Source records
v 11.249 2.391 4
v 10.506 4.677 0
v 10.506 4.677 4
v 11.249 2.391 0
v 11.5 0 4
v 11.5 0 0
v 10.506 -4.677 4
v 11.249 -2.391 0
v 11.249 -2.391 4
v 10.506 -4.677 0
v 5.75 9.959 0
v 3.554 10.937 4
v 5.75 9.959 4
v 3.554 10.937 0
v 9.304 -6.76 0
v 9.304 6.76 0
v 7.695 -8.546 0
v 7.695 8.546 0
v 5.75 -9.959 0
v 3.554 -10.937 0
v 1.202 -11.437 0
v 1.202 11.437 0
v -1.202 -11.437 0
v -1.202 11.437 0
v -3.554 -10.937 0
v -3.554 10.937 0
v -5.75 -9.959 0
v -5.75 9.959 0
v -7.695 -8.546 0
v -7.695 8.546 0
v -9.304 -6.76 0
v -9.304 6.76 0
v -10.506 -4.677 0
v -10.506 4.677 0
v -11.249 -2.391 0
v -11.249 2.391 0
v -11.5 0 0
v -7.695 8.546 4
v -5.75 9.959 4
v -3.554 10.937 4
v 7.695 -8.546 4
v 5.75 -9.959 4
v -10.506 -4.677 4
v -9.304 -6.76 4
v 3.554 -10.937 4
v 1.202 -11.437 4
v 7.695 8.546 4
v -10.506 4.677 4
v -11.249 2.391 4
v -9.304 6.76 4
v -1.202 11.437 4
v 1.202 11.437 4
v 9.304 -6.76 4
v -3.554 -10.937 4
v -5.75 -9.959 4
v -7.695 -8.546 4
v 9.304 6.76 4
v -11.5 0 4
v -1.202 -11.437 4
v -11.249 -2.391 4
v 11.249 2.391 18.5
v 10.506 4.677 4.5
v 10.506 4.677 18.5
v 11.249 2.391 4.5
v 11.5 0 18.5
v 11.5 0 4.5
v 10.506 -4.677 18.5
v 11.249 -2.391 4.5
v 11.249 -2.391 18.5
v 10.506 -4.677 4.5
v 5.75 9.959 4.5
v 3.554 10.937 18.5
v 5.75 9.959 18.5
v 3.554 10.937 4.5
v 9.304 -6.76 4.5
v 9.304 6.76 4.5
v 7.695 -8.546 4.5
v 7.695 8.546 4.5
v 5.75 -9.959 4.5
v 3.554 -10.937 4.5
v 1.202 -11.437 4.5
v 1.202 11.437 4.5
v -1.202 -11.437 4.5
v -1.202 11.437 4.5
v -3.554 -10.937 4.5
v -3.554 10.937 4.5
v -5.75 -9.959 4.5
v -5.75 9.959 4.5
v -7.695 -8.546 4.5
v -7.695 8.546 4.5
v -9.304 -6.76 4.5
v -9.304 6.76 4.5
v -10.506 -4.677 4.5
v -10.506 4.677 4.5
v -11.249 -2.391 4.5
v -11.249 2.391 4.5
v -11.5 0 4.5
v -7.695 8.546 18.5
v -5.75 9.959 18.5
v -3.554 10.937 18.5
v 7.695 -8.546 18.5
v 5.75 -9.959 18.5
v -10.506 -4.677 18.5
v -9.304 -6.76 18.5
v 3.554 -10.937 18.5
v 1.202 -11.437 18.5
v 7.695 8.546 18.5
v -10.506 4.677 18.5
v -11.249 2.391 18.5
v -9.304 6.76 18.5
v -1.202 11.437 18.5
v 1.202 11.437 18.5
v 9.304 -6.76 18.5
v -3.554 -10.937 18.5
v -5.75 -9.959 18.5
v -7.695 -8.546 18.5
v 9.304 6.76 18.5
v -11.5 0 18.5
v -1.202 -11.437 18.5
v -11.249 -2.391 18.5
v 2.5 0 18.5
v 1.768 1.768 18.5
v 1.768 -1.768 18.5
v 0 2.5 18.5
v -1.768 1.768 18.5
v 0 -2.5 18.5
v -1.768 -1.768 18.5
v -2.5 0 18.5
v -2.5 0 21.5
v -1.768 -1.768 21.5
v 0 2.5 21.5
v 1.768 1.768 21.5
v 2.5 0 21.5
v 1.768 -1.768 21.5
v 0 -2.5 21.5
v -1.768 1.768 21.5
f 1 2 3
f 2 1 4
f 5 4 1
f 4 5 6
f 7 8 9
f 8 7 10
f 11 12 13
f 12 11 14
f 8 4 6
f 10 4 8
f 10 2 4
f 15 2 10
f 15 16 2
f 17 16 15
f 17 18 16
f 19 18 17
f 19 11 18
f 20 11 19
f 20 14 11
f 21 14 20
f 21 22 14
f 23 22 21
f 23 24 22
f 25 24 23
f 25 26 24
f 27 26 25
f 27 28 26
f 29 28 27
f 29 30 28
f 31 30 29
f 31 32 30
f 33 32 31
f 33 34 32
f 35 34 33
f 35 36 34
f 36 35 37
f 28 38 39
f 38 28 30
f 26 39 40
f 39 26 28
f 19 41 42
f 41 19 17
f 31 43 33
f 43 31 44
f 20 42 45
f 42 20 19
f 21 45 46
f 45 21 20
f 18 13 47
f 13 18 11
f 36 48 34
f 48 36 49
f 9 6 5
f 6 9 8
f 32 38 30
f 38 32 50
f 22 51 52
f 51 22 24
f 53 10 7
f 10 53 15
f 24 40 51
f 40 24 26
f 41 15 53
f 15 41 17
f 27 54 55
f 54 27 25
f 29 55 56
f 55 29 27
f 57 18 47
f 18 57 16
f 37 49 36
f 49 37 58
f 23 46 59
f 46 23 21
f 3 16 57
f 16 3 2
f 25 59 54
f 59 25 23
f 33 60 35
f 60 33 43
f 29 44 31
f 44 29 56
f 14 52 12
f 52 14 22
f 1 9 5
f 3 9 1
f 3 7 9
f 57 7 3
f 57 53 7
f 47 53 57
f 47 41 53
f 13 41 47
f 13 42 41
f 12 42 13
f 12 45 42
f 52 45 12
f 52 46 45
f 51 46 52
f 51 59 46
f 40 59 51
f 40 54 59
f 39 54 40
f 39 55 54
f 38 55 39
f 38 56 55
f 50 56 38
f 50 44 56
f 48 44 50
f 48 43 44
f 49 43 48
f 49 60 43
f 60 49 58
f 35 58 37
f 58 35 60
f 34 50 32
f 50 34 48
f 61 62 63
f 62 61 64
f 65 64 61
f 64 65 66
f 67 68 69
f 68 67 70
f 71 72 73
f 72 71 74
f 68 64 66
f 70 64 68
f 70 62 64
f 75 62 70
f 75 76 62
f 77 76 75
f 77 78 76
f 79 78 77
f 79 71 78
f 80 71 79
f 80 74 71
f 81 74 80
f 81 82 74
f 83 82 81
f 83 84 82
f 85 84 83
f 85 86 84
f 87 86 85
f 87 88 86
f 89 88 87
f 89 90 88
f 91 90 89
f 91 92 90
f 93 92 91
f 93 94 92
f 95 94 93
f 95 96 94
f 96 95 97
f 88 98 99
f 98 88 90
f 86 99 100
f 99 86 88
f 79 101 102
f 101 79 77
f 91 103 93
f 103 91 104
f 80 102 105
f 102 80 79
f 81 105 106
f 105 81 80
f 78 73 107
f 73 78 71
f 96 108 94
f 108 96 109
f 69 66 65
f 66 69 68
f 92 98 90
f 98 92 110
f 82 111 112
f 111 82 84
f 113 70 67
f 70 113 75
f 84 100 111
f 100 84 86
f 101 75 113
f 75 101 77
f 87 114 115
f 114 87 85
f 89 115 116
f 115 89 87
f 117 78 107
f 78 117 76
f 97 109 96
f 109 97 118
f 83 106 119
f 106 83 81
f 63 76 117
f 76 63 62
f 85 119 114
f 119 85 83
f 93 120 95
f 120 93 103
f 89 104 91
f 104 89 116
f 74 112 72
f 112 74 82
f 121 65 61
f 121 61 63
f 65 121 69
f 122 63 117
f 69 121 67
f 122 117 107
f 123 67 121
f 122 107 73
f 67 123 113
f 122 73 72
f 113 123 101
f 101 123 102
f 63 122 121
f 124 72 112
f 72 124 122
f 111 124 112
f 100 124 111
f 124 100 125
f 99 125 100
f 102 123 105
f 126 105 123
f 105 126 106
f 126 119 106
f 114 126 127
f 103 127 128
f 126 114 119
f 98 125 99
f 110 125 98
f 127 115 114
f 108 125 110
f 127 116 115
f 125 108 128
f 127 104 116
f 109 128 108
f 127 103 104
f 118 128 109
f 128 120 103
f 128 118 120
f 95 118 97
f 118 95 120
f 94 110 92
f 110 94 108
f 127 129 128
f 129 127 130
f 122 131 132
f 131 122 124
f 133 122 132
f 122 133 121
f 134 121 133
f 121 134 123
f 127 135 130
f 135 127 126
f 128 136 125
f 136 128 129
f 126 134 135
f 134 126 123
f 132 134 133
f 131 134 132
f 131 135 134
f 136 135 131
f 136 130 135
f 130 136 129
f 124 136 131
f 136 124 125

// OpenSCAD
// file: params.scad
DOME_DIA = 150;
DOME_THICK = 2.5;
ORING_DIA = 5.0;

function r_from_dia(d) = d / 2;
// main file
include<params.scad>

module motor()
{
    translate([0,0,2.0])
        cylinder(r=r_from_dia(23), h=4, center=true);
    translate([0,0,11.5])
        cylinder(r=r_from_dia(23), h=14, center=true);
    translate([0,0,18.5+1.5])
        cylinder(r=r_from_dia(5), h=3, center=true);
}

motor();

» **What you have to do**: In the answer, the lines from the first line of the data above through the line containing "v 7.695 -8.546 0" must appear exactly as written, with nothing else.

» **Response to the task**:
v 11.249 2.391 4
v 10.506 4.677 0
v 10.506 4.677 4
v 11.249 2.391 0
v 11.5 0 4
v 11.5 0 0
v 10.506 -4.677 4
v 11.249 -2.391 0
v 11.249 -2.391 4
v 10.506 -4.677 0
v 5.75 9.959 0
v 3.554 10.937 4
v 5.75 9.959 4
v 3.554 10.937 0
v 9.304 -6.76 0
v 9.304 6.76 0
v 7.695 -8.546 0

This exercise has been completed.